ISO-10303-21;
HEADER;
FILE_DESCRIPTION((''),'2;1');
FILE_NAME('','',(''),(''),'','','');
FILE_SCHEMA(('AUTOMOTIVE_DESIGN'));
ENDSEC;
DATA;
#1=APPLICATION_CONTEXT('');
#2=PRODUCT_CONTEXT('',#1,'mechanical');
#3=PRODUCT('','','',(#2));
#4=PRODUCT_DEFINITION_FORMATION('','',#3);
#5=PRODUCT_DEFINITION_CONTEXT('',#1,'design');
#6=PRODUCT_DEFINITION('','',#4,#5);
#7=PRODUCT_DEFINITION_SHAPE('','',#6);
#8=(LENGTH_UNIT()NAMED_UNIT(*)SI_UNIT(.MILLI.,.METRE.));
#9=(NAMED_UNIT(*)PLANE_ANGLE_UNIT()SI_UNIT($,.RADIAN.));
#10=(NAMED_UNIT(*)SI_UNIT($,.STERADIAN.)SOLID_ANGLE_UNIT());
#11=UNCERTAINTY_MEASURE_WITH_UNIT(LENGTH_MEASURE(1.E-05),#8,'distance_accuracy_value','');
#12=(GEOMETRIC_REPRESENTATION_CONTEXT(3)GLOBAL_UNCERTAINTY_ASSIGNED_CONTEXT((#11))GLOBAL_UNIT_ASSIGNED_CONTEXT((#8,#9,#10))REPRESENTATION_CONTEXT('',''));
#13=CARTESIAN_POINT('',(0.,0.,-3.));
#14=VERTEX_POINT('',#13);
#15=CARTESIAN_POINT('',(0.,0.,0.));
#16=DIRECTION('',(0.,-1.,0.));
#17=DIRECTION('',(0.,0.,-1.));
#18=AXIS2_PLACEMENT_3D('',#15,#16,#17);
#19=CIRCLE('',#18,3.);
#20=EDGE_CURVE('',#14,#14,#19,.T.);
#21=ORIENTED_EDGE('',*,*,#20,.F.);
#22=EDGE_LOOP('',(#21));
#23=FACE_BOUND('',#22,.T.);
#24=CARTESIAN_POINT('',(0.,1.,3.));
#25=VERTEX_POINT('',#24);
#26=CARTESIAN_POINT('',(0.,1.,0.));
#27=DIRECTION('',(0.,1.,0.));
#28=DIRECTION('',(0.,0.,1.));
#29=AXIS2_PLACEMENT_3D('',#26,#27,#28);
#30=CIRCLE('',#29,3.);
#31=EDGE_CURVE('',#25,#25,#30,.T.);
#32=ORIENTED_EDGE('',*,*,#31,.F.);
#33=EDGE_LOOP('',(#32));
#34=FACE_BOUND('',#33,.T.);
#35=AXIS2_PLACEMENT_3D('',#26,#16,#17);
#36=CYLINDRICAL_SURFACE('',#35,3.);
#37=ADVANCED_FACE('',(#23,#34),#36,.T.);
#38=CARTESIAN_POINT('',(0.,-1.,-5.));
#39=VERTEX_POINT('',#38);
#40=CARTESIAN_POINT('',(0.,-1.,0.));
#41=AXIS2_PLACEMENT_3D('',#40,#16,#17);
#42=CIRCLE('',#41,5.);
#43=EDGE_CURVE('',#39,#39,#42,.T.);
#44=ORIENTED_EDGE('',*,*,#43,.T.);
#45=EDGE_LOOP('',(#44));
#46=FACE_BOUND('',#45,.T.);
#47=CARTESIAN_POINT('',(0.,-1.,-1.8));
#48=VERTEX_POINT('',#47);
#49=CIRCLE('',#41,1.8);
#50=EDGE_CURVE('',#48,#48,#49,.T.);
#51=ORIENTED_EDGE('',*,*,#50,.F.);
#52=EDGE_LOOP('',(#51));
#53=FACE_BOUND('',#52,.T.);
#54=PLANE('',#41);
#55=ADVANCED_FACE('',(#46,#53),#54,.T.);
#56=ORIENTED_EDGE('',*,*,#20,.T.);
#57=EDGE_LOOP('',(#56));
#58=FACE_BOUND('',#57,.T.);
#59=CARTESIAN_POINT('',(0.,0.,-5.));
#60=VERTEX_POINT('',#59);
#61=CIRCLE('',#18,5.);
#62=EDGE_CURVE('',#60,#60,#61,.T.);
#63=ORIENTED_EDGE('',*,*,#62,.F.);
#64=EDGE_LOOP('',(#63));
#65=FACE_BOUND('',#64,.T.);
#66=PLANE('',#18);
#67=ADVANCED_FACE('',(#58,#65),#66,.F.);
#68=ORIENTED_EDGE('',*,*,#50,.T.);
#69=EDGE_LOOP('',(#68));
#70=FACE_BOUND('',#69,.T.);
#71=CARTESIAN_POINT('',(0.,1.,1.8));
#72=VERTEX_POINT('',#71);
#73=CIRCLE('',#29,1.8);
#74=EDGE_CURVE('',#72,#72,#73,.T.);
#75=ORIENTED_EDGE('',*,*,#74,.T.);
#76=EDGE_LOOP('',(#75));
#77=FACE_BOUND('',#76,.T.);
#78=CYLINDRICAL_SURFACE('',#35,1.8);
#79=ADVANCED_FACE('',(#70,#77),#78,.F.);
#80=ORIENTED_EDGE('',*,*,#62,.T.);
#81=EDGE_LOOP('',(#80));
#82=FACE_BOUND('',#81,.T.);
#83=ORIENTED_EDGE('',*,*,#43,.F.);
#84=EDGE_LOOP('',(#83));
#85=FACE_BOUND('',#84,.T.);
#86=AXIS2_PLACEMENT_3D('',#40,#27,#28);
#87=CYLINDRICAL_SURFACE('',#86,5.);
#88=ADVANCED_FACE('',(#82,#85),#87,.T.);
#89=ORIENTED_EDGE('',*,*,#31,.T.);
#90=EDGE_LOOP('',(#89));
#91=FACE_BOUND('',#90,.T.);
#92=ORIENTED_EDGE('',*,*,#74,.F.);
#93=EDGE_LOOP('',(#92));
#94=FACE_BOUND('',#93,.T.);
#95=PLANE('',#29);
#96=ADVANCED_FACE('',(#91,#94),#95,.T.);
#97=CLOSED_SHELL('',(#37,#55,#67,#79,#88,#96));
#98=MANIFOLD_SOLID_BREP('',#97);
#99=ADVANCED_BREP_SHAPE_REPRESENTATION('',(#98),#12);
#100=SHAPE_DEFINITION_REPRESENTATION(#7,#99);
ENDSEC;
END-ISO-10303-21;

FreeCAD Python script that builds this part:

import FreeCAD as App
import Part
import Sketcher
Q = App.Units.Quantity

doc = App.newDocument("Part")
body = doc.addObject("PartDesign::Body", "Body")

sketch1 = doc.addObject("Sketcher::SketchObject", "Sketch")
body.addObject(sketch1)
sketch1.AttachmentSupport = (doc.XZ_Plane, [""])
sketch1.MapMode = "FlatFace"
sketch1.addGeometry([
    Part.Circle(App.Vector(0, 0, 0), App.Vector(0, 0, 1), 3),
    Part.Circle(App.Vector(0, 0, 0), App.Vector(0, 0, 1), 1.8),
], False)
sketch1.addConstraint([
    Sketcher.Constraint("Coincident", 0, 3, -1, 1),
    Sketcher.Constraint("Coincident", 1, 3, -1, 1),
    Sketcher.Constraint("Diameter", 0, Q("6 mm")),
    Sketcher.Constraint("Diameter", 1, Q("3.6 mm")),
])
pad1 = doc.addObject("PartDesign::Pad", "Pad")
body.addObject(pad1)
pad1.Profile = sketch1
pad1.Length = 1
pad1.Reversed = True

sketch2 = doc.addObject("Sketcher::SketchObject", "Sketch001")
body.addObject(sketch2)
sketch2.AttachmentSupport = (doc.XZ_Plane, [""])
sketch2.MapMode = "FlatFace"
sketch2.addGeometry([
    Part.Circle(App.Vector(0, 0, 0), App.Vector(0, 0, 1), 5),
    Part.Circle(App.Vector(0, 0, 0), App.Vector(0, 0, 1), 1.8),
], False)
sketch2.addConstraint([
    Sketcher.Constraint("Coincident", 0, 3, -1, 1),
    Sketcher.Constraint("Coincident", 1, 3, -1, 1),
    Sketcher.Constraint("Diameter", 0, Q("10 mm")),
    Sketcher.Constraint("Diameter", 1, Q("3.6 mm")),
])
pad2 = doc.addObject("PartDesign::Pad", "Pad001")
body.addObject(pad2)
pad2.Profile = sketch2
pad2.Length = 1

doc.recompute()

**Assigned task:** Could you reproduce exactly the lines of the entries above, from the one with "#38=CARTESIAN_POINT('',(0.,-1.,-5.));" through the one with "#80=ORIENTED_EDGE('',*,*,#62,.T.);", and nothing else?

**Answer box:**
#38=CARTESIAN_POINT('',(0.,-1.,-5.));
#39=VERTEX_POINT('',#38);
#40=CARTESIAN_POINT('',(0.,-1.,0.));
#41=AXIS2_PLACEMENT_3D('',#40,#16,#17);
#42=CIRCLE('',#41,5.);
#43=EDGE_CURVE('',#39,#39,#42,.T.);
#44=ORIENTED_EDGE('',*,*,#43,.T.);
#45=EDGE_LOOP('',(#44));
#46=FACE_BOUND('',#45,.T.);
#47=CARTESIAN_POINT('',(0.,-1.,-1.8));
#48=VERTEX_POINT('',#47);
#49=CIRCLE('',#41,1.8);
#50=EDGE_CURVE('',#48,#48,#49,.T.);
#51=ORIENTED_EDGE('',*,*,#50,.F.);
#52=EDGE_LOOP('',(#51));
#53=FACE_BOUND('',#52,.T.);
#54=PLANE('',#41);
#55=ADVANCED_FACE('',(#46,#53),#54,.T.);
#56=ORIENTED_EDGE('',*,*,#20,.T.);
#57=EDGE_LOOP('',(#56));
#58=FACE_BOUND('',#57,.T.);
#59=CARTESIAN_POINT('',(0.,0.,-5.));
#60=VERTEX_POINT('',#59);
#61=CIRCLE('',#18,5.);
#62=EDGE_CURVE('',#60,#60,#61,.T.);
#63=ORIENTED_EDGE('',*,*,#62,.F.);
#64=EDGE_LOOP('',(#63));
#65=FACE_BOUND('',#64,.T.);
#66=PLANE('',#18);
#67=ADVANCED_FACE('',(#58,#65),#66,.F.);
#68=ORIENTED_EDGE('',*,*,#50,.T.);
#69=EDGE_LOOP('',(#68));
#70=FACE_BOUND('',#69,.T.);
#71=CARTESIAN_POINT('',(0.,1.,1.8));
#72=VERTEX_POINT('',#71);
#73=CIRCLE('',#29,1.8);
#74=EDGE_CURVE('',#72,#72,#73,.T.);
#75=ORIENTED_EDGE('',*,*,#74,.T.);
#76=EDGE_LOOP('',(#75));
#77=FACE_BOUND('',#76,.T.);
#78=CYLINDRICAL_SURFACE('',#35,1.8);
#79=ADVANCED_FACE('',(#70,#77),#78,.F.);
#80=ORIENTED_EDGE('',*,*,#62,.T.);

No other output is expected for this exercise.